PHILLIP J. SHEFFERLY, Bankruptcy Judge.
Credit Union One ("Credit Union") is the plaintiff in this adversary proceeding. On September 21, 2015, the Court dismissed the adversary proceeding. This order addresses the Credit Union's motion to reopen the adversary proceeding.
Here are the background facts. On May 26, 2015, Danetta L. Maddox ("Debtor") filed this Chapter 7 case. On her schedule F, the Debtor listed an unsecured debt owing to the Credit Union in the amount of $1,709.59 and listed the address for the holder of this debt as the law firm of Aidenbaum Schloff & Bloom ("Law Firm"). The Law Firm then represented the Credit Union in seeking two forms of relief against the Debtor. First, on August 6, 2015, the Law Firm filed a motion in the Debtor's bankruptcy case for a Fed. R. Bankr. P. 2004 examination. Second, on August 11, 2015, the Law Firm filed a complaint seeking a determination that the Credit Union's debt is nondischargeable under § 523(a) of the Bankruptcy Code. Both forms of relief were opposed by the Debtor.

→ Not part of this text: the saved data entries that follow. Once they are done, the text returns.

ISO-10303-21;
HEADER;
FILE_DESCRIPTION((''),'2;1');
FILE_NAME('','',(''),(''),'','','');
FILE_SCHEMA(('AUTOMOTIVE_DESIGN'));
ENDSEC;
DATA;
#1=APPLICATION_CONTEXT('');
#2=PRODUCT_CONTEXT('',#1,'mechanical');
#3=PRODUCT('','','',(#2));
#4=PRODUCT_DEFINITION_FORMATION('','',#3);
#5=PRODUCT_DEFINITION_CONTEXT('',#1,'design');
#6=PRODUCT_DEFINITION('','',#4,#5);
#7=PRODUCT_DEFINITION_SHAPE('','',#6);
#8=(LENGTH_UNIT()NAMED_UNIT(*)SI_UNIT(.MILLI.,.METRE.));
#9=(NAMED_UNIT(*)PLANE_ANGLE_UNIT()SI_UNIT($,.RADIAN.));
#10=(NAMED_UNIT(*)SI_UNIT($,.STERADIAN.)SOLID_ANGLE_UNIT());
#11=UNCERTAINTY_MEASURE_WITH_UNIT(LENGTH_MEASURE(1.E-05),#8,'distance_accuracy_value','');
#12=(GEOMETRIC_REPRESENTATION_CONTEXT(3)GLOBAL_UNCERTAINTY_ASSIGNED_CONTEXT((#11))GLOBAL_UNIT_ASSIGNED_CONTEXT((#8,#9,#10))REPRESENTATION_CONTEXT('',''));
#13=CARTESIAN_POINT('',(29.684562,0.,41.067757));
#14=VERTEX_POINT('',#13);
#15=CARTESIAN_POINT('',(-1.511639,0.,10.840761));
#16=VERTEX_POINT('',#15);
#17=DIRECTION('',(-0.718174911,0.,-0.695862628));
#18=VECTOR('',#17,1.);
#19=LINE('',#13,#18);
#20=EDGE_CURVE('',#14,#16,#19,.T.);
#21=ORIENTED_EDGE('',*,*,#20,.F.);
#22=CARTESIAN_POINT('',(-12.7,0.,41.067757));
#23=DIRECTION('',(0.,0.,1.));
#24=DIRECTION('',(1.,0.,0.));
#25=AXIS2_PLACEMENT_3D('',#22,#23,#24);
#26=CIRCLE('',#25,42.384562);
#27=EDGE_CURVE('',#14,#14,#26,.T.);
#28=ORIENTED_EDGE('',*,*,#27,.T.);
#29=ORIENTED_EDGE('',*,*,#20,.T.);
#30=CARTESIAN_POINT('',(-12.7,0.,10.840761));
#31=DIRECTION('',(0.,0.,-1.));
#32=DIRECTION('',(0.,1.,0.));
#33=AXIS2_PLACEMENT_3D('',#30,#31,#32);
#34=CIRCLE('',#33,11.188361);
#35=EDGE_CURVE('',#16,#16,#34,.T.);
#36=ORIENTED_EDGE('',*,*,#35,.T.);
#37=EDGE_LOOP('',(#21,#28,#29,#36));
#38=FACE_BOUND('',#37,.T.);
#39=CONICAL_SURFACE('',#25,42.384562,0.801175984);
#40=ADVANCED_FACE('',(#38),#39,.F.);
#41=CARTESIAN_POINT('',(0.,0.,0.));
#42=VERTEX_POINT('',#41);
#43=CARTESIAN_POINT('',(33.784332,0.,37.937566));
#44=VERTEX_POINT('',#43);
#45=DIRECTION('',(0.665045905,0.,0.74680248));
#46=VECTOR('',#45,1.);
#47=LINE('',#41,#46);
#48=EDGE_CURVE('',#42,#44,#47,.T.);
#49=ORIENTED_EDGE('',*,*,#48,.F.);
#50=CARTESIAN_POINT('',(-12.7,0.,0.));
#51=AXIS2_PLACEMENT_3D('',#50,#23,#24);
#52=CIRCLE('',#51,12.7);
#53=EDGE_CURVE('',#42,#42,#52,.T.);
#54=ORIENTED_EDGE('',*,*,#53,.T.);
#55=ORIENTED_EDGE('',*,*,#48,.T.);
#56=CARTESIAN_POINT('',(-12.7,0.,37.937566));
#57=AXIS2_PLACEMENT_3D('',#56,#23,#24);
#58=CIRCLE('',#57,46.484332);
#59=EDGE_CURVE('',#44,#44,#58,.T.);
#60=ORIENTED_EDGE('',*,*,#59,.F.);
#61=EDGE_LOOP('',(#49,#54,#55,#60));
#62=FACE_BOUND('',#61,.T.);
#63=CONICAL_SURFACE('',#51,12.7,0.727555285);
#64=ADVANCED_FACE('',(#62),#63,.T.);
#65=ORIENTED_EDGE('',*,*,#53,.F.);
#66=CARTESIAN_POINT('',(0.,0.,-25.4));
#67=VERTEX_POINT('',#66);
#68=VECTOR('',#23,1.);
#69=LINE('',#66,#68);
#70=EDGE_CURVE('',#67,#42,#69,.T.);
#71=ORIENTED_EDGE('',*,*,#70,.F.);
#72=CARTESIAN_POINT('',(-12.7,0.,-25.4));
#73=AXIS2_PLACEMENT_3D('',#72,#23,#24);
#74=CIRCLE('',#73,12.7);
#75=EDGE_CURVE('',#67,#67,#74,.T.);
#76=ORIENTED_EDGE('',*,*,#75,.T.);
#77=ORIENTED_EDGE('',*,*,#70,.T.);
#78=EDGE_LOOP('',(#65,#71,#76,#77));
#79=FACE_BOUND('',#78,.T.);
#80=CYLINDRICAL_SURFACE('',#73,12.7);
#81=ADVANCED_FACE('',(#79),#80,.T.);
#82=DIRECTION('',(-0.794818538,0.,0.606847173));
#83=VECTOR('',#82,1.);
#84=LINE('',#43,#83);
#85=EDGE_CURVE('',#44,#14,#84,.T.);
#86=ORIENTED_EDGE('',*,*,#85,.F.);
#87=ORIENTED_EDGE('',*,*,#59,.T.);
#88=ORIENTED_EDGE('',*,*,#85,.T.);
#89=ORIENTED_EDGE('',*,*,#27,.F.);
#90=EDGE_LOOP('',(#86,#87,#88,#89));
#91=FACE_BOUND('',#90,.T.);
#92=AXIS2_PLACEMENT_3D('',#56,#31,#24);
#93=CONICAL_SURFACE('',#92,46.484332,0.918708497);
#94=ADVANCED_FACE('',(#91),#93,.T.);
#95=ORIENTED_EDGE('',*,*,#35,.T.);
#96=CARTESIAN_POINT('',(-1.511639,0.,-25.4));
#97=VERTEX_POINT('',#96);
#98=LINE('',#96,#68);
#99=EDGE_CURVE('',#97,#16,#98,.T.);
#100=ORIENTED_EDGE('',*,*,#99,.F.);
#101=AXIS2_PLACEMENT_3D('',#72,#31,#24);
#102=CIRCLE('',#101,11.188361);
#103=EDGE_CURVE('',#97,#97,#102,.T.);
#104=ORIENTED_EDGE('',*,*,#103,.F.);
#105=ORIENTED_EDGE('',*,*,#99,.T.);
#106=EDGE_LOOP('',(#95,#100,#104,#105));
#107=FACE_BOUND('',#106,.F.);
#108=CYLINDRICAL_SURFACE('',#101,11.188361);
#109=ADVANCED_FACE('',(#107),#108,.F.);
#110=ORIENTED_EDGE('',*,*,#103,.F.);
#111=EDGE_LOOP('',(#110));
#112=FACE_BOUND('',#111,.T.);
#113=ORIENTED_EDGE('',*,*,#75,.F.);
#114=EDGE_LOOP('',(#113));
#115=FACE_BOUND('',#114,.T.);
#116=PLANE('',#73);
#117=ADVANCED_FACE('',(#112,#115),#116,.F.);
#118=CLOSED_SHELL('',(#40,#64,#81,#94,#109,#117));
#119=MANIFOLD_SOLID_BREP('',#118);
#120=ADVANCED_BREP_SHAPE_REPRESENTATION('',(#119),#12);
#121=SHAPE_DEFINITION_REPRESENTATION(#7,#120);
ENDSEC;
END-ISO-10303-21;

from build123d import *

# Parameters (mm, degrees)
F2_R     = 11.188361
F3_DEPTH = 76.2


with BuildPart() as f1:
    # F0 (on Front) → F1 (revolve)
    with BuildSketch(Plane.XZ):
        Polygon((0, 0), (33.784332, 37.937566), (29.684562, 41.067757), (-12.7, 0), (-12.7, -25.4), (0, -25.4), align=None)
    revolve(axis=Axis((-12.7, 0, -12.7), (0, 0, 1)))

    # F2 (on face) → F3 (cut)
    with BuildSketch(Plane(origin=(0, 0, -25.4), x_dir=(1, 0, 0), z_dir=(0, 0, -1))):
        with Locations((-12.7, 0)):
            Circle(F2_R)
    extrude(amount=-F3_DEPTH, mode=Mode.SUBTRACT)


solid = f1.part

After the Debtor filed a response to the Credit Union's motion for Rule 2004 examination, the Court issued a notice on August 21, 2015, setting a hearing on the motion for September 11, 2015. The Debtor's attorney appeared at the hearing. When the Court first called the case, there was no attorney for the Credit Union in the courtroom. The Court passed the case, and then recalled it. There was still no attorney for the Credit Union in the courtroom. The Court then heard the motion and concluded, for reasons explained on the record, that the motion lacked merit. The Court denied the motion.
After the Debtor filed an answer to the complaint in the adversary proceeding, on August 26, 2015, the Court issued a notice of initial scheduling conference for September 21, 2015. Again, the attorney for the Debtor appeared at the conference, but the attorney for the Credit Union did not. The Court determined at the conference to dismiss the adversary proceeding because of the failure of the attorney for the Credit Union to appear. The Court noted that this was the second time within ten days that the Credit Union had sought relief, the Court had scheduled a hearing, and no one appeared on behalf of the Credit Union. The Court also noted that the failure of the Credit Union to appear at two separate hearings to prosecute its motion for Rule 2004 examination and its complaint in the adversary proceeding incurred unnecessary costs for the Debtor and a waste of judicial resources. Following the hearing on September 21, 2015, the Court entered an order (ECF No. 13) dismissing the adversary proceeding.
On October 1, 2015, the Credit Union filed a motion (ECF No. 14) to reopen the adversary proceeding. The motion is filed under F. R. Civ. P. 60(b)(1), incorporated into this adversary proceeding by F. R. Bankr. P. 9024. Basically, the motion argues that the Law Firm failed to appear at the initial scheduling conference in this case on September 21, 2015 because of excusable neglect. By way of explanation, the motion states that over the last three months, three different attorneys had left the Law Firm; the assistant at the Law Firm responsible for scheduling court dates was absent from the Law Firm's office for the first two weeks of September; and the attorney at the Law Firm who signed the motion has only recently become a member of the Federal Bar for the Eastern District of Michigan. The motion asserts that these facts combine to demonstrate excusable neglect and warrant the Court setting aside the order of dismissal.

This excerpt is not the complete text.